MNV. Multi-nucleotide variant: substitution of equal-length ref and alt, both > 1 bp.
Pathogenic / Likely pathogenic (P/LP). ClinVar classes for variants asserted to cause disease (P) or strongly suspected to (LP).
RelEdit. Window-relative form of an EditSpec, with rel_pos as
the offset within the window in bp. See RFC-0003 §3.3.
SNV. Single-nucleotide variant: substitution of one base for another.
SV. Structural variant: large-scale rearrangement (inversion, duplication, large indel, translocation). Not supported in v1; deferred to v2.
TraitGym. Curated benchmark of trait-associated variants for variant-effect prediction.
VCF. Variant Call Format. Standard file format for representing genetic variants.
Window. Contiguous DNA region passed to the state encoder. Default length 12,288 bp (2,048 Carbon 6-mer tokens).
Operations¶
Calibration table. Per-context empirical CDFs of σ_raw over gnomAD
common variants. The v0.1 model package ships calibration.parquet, but
population-stratified calibration validity is not established by the
first release. See RFC-0009 §3.4.
Cache (window cache). On-disk Parquet store of pre-computed
reference-window embeddings. Content-addressed by
(window_hash, encoder_hash, state_layer, pool_type, pool_radius, dtype).
See RFC-0002 §3.6.
Encoder hash. SHA-256 of the encoder weights file. Part of every cache key and checksum receipt.

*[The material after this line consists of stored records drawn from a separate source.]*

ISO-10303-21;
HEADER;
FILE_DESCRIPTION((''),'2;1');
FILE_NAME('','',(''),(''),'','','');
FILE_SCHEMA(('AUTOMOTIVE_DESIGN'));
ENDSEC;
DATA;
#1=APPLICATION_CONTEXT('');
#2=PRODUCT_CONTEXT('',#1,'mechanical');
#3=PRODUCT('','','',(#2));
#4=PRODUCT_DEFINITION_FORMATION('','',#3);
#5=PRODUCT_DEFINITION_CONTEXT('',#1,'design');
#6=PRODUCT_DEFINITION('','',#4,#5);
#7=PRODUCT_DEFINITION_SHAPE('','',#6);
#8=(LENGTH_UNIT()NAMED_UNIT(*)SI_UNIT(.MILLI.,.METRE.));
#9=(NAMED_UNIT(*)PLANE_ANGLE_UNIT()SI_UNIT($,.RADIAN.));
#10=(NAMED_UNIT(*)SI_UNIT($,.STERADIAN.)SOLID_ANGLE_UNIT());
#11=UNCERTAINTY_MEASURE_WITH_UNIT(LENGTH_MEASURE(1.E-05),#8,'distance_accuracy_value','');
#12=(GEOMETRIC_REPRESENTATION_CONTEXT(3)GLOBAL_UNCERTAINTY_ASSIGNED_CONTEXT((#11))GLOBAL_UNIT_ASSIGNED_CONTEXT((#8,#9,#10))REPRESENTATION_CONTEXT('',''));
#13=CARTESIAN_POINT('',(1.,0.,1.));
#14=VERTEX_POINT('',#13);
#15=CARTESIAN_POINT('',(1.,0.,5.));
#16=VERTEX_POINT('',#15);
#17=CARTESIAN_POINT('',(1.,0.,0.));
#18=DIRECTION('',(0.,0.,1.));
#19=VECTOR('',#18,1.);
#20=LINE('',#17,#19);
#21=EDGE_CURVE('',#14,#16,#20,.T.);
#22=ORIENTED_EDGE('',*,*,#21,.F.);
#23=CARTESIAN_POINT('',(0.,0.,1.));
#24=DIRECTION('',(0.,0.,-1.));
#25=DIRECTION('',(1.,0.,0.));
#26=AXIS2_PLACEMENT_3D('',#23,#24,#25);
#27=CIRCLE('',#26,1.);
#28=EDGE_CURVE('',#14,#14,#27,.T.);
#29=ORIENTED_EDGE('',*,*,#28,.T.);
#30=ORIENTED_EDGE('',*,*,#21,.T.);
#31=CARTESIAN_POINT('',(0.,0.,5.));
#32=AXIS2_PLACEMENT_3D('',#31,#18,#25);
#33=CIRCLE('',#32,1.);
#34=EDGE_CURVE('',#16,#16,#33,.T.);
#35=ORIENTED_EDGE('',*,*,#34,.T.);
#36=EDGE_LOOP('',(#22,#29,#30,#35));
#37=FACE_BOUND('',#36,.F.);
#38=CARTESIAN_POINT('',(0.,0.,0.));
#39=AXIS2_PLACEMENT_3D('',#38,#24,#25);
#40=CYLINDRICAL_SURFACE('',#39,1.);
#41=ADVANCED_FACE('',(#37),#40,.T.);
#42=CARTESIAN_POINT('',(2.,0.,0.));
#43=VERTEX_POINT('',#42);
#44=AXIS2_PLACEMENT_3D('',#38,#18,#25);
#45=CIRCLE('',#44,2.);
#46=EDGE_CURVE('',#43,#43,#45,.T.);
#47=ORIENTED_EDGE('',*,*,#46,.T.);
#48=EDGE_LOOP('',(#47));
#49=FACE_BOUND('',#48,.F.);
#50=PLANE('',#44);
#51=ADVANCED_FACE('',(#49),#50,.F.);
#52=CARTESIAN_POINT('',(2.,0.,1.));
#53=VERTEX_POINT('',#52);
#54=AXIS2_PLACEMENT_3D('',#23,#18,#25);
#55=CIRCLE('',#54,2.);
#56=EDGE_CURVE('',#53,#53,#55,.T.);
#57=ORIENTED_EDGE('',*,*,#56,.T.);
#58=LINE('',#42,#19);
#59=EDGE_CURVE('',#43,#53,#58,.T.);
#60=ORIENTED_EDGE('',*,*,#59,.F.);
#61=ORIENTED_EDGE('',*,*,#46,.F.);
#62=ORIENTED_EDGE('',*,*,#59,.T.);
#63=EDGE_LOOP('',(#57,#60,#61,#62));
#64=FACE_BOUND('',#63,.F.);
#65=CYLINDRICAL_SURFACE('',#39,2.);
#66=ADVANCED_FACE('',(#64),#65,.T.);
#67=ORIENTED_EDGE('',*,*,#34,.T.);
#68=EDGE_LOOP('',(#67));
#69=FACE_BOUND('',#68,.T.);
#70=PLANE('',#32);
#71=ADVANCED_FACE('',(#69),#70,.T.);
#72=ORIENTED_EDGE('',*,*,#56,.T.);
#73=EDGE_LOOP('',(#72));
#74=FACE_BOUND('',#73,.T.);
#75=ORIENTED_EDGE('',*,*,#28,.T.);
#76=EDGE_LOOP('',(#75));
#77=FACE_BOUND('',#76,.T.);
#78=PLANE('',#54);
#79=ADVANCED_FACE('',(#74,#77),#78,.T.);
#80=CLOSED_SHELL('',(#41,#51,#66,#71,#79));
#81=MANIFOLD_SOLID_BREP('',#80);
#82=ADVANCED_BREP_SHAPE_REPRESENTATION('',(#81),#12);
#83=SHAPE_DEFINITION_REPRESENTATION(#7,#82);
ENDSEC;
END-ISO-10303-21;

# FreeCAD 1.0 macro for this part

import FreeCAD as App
import Part
import Sketcher
from FreeCAD import Vector

doc = App.newDocument("Part")
body = doc.addObject("PartDesign::Body", "Body")

# Sketch on XY plane
sketch1 = body.newObject("Sketcher::SketchObject", "Sketch")
sketch1.AttachmentSupport = (doc.getObject("XY_Plane"), [""])
sketch1.MapMode = "FlatFace"
sketch1.addGeometry(Part.Circle(Vector(0, 0, 0), Vector(0, 0, 1), 2), False)
sketch1.addConstraint(Sketcher.Constraint("Coincident", 0, 3, -1, 1))
sketch1.addConstraint(Sketcher.Constraint("Diameter", 0, 4.0))
pad1 = body.newObject("PartDesign::Pad", "Pad")
pad1.Profile = sketch1
pad1.Length = 1

# Sketch on XY plane
sketch2 = body.newObject("Sketcher::SketchObject", "Sketch001")
sketch2.AttachmentSupport = (doc.getObject("XY_Plane"), [""])
sketch2.MapMode = "FlatFace"
sketch2.addGeometry(Part.Circle(Vector(0, 0, 0), Vector(0, 0, 1), 1), False)
sketch2.addConstraint(Sketcher.Constraint("Coincident", 0, 3, -1, 1))
sketch2.addConstraint(Sketcher.Constraint("Diameter", 0, 2.0))
pad2 = body.newObject("PartDesign::Pad", "Pad001")
pad2.Profile = sketch2
pad2.Length = 5

doc.recompute()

Holdout. Set of data excluded from training and reserved for
evaluation. Three holdouts: holdout-chr (chr21), holdout-clinvar,
holdout-haplotypes. See RFC-0006 §3.8.
Manifest. Canonical JSON document describing a GenoLeWM checkpoint's
identity, configuration, and provenance. Its hash is the model_id.
See RFC-0011 §3.7.
Receipt. JSON document that release scoring paths can emit to bind model identity, input commitment, and output commitment. See RFC-0011.
Tuple builder. Data-pipeline component that produces (w_ref, a, w_alt)
training tuples. See RFC-0006 §3.5.
Artifact provenance¶
Checksum receipt. Receipt mode currently supported by GenoLeWM. It binds the model manifest identity, input commitment, output commitment, and runtime metadata; it is not a model-quality or runtime-assurance guarantee.
Content addressing. Identifying data (weights, inputs, outputs) by the cryptographic hash of their canonical serialization, not by name or location.
Input commitment. SHA-256 hash of the canonical serialization of an inference's inputs.
model_id. SHA-256 of a GenoLeWM checkpoint's manifest. Globally
identifies a specific released checkpoint artifact set.
Project & process¶
Current public status: alpha implementation with a completed v0.1 paper/demo release. Phase names below describe the roadmap, not broader model-quality evidence.
Phase 0 (Design, complete). Spec and RFC bootstrap.
Phase 1 (MVP). Carbon-500M frozen, SNVs only, ClinVar coding/non- coding eval. See ROADMAP.
Phase 2 (Full edits). Adds indels, MNVs, LoRA-adapted encoder, LeJEPA regularizer, planning, calibrated surprise. Full eval suite.
Phase 3 (On-device). Export pipeline, quantization, desktop app skeleton.
RFC. Request for Comments. A numbered design document under
rfcs/. The source of truth for individual design
decisions.
Tracking issue. A GitHub issue tagged type:tracking that lists
the implementation issues for a subsystem with a checkbox per child.
Conventions¶
- RFC numbers are zero-padded to four digits (
RFC-0001). - File names are kebab-case after the number (
0001-project-scope-and-goals.md). - Mathematical notation: lowercase italic for scalars (
s,a), lowercase plain for vectors (s_t,a_emb), uppercase for sets / matrices. →denotes function mapping;≜denotes definition.- Hashes are SHA-256 unless otherwise noted; rendered in lowercase hex.